Mr Jhunjhunwala says his fascination with balance sheets began young. "I had a childhood love for stocks," he says. "My father used to invest a bit and I used to talk about it with him in the evening. I was a very curious child, so I was always quizzing my dad. He said, 'Instead of quizzing me all the time, why don't you find out yourself'?" This enchantment with profit-and-loss figures continued into his studies as a chartered accountant at Mumbai's main business school, Sydenham College. He always knew he wanted to be in the market, although it was a business frowned upon by his family.
His father was a bureaucrat, a commissioner in India's income tax department. The Jhunjhunwalas are from Rajasthan's Marwari business community, traders in goods rather than on the Bombay Stock Exchange, which at the time was dominated by Gujaratis. "I initially wanted to become a broker, but I didn't have the capital to be a broker, so I started investing," Mr Jhunjhunwala says. He entered the market in 1984, aged 25, with a 5,000-rupee investment (equivalent to about Dh1,000 today) in the iron-ore exporter Sesa Goa. Just three years later, he had turned that into 10 million rupees.
A quarter of a century later, Mr Jhunjhunwala has an office in Nariman Point, India's financial district, where the walls bear line drawings of Mr Buffett, George Soros, John Templeton, Peter Lynch and other legendary investors, each accompanied by a few of their pithiest quotes written out in italic script. There is also a prayer room occupied by Ganesh, Lakshmi and other Hindu deities. "We pray that this room remains the best used part of our property for our future prosperity," a sign reads.
Each of them, from Lynch to Lakshmi, have made him the businessman he is today, Mr Jhunjhunwala says. "Markets are my life, they're my passion." He does take time off, but not without his BlackBerry. However, he protests that looking at his BlackBerry is the second thing he does every day. The first is kissing his daughter. Before his partner Utpal Sheth joined in 2004, Mr Jhunjhunwala was a one-man army, operating out of tiny offices in the warren-like streets around Dalal Street, Mumbai's historic stock market district.
"We've gone from being 'the wild east' to one of the world's most developed markets," he says. "It's more organised, more regulated. As the size and the breadth of the market increases, it will be more difficult to manipulate." Since the dark days of March, India's Sensex has rallied almost 50 per cent, its biggest quarterly gain in 17 years. It is starting to look as if Mr Jhunjhunwala's prediction of a long bull run may have been right, albeit one interrupted by a global financial crisis he could never have predicted.

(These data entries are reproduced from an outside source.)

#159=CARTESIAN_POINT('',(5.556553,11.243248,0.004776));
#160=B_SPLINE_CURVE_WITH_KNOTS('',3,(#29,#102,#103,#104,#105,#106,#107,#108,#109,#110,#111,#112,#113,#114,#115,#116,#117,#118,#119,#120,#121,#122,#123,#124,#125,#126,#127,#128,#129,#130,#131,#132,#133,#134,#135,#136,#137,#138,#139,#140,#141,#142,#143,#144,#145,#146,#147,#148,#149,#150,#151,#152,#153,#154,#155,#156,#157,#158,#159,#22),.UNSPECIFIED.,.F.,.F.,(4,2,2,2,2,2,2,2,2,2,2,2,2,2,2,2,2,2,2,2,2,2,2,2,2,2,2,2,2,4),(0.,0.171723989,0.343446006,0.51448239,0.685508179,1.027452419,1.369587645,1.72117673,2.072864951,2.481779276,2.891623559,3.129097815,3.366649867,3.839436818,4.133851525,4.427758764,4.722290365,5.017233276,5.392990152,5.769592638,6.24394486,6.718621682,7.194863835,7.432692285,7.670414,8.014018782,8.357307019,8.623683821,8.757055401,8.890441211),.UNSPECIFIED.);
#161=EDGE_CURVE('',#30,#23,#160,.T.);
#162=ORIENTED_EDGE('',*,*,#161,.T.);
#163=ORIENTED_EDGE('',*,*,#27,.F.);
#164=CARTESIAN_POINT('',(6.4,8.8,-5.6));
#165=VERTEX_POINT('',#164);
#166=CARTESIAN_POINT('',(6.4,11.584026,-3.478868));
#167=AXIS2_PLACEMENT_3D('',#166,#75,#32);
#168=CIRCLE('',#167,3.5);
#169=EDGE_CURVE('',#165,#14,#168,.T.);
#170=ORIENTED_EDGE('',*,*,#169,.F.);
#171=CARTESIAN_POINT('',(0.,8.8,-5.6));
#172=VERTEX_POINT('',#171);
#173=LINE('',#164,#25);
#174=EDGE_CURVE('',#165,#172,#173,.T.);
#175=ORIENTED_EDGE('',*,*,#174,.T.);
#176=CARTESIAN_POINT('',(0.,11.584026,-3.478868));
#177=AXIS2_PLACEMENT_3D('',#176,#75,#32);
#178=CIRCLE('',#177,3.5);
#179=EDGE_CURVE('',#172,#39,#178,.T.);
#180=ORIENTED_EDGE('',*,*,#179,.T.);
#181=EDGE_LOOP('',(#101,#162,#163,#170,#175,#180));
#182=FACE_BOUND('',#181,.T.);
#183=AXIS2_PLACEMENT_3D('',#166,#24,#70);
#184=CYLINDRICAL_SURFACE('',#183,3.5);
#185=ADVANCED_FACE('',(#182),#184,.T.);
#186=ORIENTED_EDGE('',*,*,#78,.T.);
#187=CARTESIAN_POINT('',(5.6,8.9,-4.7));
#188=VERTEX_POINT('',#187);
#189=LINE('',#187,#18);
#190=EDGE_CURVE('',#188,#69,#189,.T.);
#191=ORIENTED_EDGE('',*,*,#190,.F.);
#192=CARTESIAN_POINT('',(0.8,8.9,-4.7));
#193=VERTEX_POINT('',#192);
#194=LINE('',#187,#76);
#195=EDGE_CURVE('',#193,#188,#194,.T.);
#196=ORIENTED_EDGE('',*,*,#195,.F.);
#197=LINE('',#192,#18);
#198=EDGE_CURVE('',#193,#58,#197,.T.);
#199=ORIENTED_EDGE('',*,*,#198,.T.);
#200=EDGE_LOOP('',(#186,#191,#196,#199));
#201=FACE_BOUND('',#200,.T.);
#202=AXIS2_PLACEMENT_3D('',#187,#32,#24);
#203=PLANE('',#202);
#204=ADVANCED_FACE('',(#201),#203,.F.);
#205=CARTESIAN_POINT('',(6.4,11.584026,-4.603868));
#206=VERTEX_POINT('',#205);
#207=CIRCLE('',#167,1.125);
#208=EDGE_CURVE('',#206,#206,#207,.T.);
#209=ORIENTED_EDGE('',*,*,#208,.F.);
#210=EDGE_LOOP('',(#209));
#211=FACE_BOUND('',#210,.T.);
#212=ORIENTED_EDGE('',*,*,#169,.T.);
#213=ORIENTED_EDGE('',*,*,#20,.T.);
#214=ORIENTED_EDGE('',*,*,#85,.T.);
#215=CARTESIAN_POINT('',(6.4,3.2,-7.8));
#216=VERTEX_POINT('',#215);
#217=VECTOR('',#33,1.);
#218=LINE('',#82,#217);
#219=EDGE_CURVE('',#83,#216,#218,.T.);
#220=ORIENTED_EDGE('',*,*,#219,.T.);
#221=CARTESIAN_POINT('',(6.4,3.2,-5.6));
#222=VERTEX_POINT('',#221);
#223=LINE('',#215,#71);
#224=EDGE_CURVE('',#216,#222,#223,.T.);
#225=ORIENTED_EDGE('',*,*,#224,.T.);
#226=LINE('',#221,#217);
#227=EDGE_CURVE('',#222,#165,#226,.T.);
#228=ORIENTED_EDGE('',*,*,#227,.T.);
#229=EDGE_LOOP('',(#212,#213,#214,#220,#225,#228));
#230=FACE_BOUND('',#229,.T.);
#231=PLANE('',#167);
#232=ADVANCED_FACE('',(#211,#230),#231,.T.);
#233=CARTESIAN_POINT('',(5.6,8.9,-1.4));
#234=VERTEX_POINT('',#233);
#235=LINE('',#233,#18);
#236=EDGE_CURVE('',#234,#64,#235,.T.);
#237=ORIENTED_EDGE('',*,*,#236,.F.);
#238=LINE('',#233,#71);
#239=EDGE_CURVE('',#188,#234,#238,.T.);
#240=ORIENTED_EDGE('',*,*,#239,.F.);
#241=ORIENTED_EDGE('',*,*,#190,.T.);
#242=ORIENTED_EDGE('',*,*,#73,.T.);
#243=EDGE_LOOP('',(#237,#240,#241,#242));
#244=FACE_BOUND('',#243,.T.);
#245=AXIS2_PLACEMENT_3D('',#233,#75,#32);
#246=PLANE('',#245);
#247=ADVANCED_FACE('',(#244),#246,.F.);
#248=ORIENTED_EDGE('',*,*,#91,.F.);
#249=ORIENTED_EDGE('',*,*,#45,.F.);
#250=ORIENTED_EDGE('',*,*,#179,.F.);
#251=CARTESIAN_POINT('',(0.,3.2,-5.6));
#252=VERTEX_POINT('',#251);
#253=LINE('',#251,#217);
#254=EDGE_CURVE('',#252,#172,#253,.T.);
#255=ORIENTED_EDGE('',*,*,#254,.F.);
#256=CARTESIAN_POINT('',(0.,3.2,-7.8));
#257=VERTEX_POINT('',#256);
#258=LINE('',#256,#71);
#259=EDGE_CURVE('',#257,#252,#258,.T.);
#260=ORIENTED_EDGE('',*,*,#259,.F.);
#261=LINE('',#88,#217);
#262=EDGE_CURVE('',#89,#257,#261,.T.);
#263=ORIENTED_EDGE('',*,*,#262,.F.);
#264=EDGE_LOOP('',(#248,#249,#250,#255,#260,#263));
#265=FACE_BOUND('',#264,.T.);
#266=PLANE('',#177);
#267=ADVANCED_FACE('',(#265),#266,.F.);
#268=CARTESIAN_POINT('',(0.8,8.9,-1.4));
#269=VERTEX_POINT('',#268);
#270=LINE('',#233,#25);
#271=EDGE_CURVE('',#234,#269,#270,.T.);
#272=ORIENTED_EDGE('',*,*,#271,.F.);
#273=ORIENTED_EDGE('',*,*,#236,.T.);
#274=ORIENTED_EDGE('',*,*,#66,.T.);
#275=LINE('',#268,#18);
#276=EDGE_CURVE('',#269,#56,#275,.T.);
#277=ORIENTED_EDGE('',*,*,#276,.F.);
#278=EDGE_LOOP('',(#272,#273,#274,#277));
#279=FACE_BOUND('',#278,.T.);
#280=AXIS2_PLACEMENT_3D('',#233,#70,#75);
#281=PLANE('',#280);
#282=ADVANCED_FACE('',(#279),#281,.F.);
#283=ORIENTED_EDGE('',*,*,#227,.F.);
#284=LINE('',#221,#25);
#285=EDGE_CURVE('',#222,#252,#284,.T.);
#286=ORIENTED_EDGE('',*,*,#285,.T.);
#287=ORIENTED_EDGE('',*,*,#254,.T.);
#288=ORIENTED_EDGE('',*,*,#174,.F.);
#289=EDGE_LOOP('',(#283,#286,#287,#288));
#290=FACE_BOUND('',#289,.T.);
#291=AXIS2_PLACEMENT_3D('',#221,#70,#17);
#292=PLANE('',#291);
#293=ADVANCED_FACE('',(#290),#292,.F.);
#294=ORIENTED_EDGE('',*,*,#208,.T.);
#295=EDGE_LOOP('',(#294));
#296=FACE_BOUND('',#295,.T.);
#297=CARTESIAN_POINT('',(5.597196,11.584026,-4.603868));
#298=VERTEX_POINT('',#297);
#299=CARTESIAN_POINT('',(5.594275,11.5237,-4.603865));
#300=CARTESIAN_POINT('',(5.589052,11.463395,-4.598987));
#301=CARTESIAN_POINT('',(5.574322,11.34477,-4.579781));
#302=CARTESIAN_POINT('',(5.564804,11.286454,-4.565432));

Asked to list his reasons to be positive on India, Mr Jhunjhunwala veers into delphic, almost poetic language: "That India is a tortoise, slow but sure; that the forces that are driving India are irreversible; that in India everything is bottom up, not top down; and that India is biological." Asked what he means by "biological", he says: "What is India? India is organised chaos, and therefore growth has never come through order, always through chaos. What's driven India's growth is the democracy, its demographic advantage and the tolerant nature of the Indian people."